REQUIRED WORK
Below is some data. Retype exactly the lines starting at the one with "#144=EDGE_CURVE('',#112,#90,#143,.T.);" and ending at the one with "#157=FACE_BOUND('',#156,.F.);".

--- DATASET EXCERPTS Enclosed Below ---

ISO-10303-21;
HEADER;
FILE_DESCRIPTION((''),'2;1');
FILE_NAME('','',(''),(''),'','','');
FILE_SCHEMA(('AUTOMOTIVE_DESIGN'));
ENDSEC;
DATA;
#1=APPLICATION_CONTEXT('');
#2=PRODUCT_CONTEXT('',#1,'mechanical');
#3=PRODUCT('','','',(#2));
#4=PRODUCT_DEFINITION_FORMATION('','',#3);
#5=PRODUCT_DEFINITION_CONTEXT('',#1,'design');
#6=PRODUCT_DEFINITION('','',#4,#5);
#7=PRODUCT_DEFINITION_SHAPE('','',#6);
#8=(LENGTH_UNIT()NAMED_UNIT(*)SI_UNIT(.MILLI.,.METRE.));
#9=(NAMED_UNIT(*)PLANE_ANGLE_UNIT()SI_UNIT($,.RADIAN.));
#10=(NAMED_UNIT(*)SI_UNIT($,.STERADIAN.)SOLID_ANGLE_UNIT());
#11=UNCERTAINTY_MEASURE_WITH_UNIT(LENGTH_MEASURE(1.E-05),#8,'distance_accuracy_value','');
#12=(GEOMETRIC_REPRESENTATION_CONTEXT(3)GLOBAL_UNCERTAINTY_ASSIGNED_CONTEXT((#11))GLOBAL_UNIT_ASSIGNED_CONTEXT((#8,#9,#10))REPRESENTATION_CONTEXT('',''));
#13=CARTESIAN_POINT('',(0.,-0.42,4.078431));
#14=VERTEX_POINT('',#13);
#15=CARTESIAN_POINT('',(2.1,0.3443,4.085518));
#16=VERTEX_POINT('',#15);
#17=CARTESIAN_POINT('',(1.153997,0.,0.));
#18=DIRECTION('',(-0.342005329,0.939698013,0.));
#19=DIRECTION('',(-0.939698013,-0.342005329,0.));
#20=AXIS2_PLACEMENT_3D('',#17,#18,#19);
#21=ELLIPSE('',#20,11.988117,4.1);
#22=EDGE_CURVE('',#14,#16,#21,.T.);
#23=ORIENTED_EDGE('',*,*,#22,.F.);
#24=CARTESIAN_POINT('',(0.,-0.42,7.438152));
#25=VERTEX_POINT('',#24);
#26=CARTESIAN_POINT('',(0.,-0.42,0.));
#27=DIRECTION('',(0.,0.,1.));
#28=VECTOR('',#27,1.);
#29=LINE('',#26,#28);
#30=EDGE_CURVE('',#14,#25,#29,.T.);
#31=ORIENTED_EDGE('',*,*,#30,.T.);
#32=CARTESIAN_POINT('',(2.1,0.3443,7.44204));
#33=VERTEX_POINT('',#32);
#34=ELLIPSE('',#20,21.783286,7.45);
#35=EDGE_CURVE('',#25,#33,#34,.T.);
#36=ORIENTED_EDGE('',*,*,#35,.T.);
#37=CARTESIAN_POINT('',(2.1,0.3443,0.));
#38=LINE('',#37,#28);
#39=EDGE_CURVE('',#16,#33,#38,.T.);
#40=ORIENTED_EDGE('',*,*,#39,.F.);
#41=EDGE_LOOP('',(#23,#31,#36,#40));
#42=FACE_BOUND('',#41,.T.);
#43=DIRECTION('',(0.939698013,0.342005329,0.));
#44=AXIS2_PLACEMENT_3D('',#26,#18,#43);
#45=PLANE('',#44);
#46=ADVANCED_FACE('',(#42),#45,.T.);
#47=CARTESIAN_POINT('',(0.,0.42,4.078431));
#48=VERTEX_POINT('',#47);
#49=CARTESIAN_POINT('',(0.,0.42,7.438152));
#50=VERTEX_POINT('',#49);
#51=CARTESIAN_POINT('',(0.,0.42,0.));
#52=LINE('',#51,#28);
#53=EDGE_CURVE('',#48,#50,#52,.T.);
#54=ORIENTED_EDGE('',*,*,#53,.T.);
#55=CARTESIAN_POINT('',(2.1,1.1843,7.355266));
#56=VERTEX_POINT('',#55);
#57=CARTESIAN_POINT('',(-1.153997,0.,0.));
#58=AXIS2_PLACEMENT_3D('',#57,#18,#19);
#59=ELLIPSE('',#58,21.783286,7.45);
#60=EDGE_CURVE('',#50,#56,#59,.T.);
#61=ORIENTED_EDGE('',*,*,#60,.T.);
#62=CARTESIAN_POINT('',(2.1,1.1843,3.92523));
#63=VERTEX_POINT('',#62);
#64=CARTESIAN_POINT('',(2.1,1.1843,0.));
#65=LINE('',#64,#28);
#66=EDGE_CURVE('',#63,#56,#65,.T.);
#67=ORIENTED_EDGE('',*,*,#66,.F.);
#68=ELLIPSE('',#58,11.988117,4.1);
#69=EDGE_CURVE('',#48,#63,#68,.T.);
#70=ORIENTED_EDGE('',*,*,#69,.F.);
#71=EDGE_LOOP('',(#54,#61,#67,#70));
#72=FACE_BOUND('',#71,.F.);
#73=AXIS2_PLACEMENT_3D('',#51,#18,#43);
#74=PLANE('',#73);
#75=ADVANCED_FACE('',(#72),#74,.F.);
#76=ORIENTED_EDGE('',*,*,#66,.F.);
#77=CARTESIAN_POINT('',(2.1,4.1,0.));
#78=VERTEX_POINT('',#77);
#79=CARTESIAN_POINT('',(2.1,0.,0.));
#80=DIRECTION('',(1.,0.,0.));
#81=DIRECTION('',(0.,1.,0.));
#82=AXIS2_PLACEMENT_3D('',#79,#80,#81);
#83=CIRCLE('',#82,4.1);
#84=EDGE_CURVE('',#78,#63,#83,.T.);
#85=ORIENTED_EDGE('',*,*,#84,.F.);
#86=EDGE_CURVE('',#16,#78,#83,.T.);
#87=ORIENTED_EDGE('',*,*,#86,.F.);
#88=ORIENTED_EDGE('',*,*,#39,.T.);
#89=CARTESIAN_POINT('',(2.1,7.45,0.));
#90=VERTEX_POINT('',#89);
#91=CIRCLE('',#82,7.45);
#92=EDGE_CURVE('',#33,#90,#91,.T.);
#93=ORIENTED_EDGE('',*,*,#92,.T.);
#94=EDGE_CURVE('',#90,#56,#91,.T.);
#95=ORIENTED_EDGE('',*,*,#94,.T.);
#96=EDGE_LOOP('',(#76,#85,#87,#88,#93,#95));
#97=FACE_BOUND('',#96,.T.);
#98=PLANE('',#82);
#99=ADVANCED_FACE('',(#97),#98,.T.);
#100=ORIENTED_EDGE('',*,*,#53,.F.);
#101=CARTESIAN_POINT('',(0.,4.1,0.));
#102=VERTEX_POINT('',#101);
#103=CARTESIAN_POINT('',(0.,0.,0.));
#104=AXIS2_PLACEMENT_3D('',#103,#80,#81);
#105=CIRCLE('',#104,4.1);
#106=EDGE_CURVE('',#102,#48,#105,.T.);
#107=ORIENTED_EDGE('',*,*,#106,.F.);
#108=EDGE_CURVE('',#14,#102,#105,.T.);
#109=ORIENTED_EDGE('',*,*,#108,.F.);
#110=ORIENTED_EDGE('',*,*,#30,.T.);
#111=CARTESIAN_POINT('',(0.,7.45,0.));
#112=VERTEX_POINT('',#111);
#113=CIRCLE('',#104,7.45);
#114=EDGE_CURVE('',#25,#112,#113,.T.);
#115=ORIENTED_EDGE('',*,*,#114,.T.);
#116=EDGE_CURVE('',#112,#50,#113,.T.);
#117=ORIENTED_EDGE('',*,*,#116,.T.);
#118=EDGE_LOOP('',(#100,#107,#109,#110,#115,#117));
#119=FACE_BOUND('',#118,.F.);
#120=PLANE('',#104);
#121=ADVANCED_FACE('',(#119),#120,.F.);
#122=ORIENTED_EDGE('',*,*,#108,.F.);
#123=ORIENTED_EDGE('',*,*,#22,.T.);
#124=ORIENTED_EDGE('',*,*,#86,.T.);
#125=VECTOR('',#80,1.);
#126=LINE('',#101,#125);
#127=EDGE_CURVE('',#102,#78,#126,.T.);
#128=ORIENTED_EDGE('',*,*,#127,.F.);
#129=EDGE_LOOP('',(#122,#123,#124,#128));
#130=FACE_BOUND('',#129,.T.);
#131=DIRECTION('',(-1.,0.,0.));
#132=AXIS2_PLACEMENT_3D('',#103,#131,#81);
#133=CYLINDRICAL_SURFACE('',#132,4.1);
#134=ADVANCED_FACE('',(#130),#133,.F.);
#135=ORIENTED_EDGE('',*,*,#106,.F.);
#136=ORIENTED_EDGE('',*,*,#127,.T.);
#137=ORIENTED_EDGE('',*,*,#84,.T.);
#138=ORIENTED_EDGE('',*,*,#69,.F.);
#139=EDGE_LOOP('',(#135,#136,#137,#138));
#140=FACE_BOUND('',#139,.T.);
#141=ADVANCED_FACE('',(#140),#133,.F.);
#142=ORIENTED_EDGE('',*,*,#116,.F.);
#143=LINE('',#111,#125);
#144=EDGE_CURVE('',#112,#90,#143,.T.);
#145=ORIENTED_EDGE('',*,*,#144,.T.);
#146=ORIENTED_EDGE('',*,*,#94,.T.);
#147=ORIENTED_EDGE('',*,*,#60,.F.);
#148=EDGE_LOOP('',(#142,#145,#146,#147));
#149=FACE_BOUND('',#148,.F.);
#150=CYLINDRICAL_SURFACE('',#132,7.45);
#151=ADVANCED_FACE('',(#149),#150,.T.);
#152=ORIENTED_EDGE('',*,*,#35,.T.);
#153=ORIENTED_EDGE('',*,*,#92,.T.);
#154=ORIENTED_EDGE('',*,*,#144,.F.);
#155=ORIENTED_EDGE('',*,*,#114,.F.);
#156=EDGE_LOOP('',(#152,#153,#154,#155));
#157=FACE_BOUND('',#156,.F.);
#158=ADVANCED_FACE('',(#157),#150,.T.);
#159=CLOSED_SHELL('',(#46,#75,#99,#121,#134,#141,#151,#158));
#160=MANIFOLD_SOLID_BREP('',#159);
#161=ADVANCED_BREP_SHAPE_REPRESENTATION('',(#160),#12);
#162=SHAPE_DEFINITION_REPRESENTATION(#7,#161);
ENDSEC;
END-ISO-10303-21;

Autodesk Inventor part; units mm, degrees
ref_plane "YZ Plane" through (0, 0, 0) normal (1, 0, 0) x (0, 1, 0)
ref_plane "XZ Plane" through (0, 0, 0) normal (0, 1, 0) x (-1, 0, 0)
sketch "Sketch1" plane through (0, 0, 0) normal (1, 0, 0) x (0, 1, 0)
  circle A0 centre (0, 0) radius 7.45
  circle A1 centre (0, 0) radius 4.1
  dimension "d0" = 8.2
  dimension "d1" = 14.9
extrude "Body" add sketch "Sketch1" along normal blind 2.1
sketch "Sketch2" plane through (0, 0, 0) normal (0, 0, 1) x (1, 0, 0)
  line L0 (0, -4.1) -> (0, 4.1) projected
  line L1 (2.1, 7.45) -> (2.1, -7.45) projected
  line L2 (-1.2, 0) -> (7.2, 0) projected
  line L3 (0, -0.42) -> (2.1, 0.3443)
  line L4 (0, 0.42) -> (2.1, 1.1843)
  dimension "d4" = 0.42
  dimension "d5" = 0.42
  dimension "d6" = 70
extrude "Cut" cut sketch "Sketch2" along normal up to next contours L0 L2 L3 | L0 L4 L1 L3 L2
ref_plane "Work Plane1" through (0, 0, 0) normal (0, -1, 0) x (1, 0, 0)
equation "\"d0\" = SD1"
equation "\"d1\" = SD2"
equation "\"d2\" = SD"
equation "\"d4\" = 0.2 * SD"
equation "\"d5\" = 0.2 * SD"
equation "\"d6\" = FAWI"
equation "\"d7\" = SD"
equation "\"SD1\" = 8.2"
equation "\"SD2\" = 14.9"
equation "\"SD\" = 2.1"
equation "\"FAWI\" = 70deg"
equation "\"NND\" = 8"
properties part number "AS 1968 - 1976 - 8" material "Steel, Mild"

--- End of Enclosed DATASET EXCERPTS ---

RESULT OF THE TASK
#144=EDGE_CURVE('',#112,#90,#143,.T.);
#145=ORIENTED_EDGE('',*,*,#144,.T.);
#146=ORIENTED_EDGE('',*,*,#94,.T.);
#147=ORIENTED_EDGE('',*,*,#60,.F.);
#148=EDGE_LOOP('',(#142,#145,#146,#147));
#149=FACE_BOUND('',#148,.F.);
#150=CYLINDRICAL_SURFACE('',#132,7.45);
#151=ADVANCED_FACE('',(#149),#150,.T.);
#152=ORIENTED_EDGE('',*,*,#35,.T.);
#153=ORIENTED_EDGE('',*,*,#92,.T.);
#154=ORIENTED_EDGE('',*,*,#144,.F.);
#155=ORIENTED_EDGE('',*,*,#114,.F.);
#156=EDGE_LOOP('',(#152,#153,#154,#155));
#157=FACE_BOUND('',#156,.F.);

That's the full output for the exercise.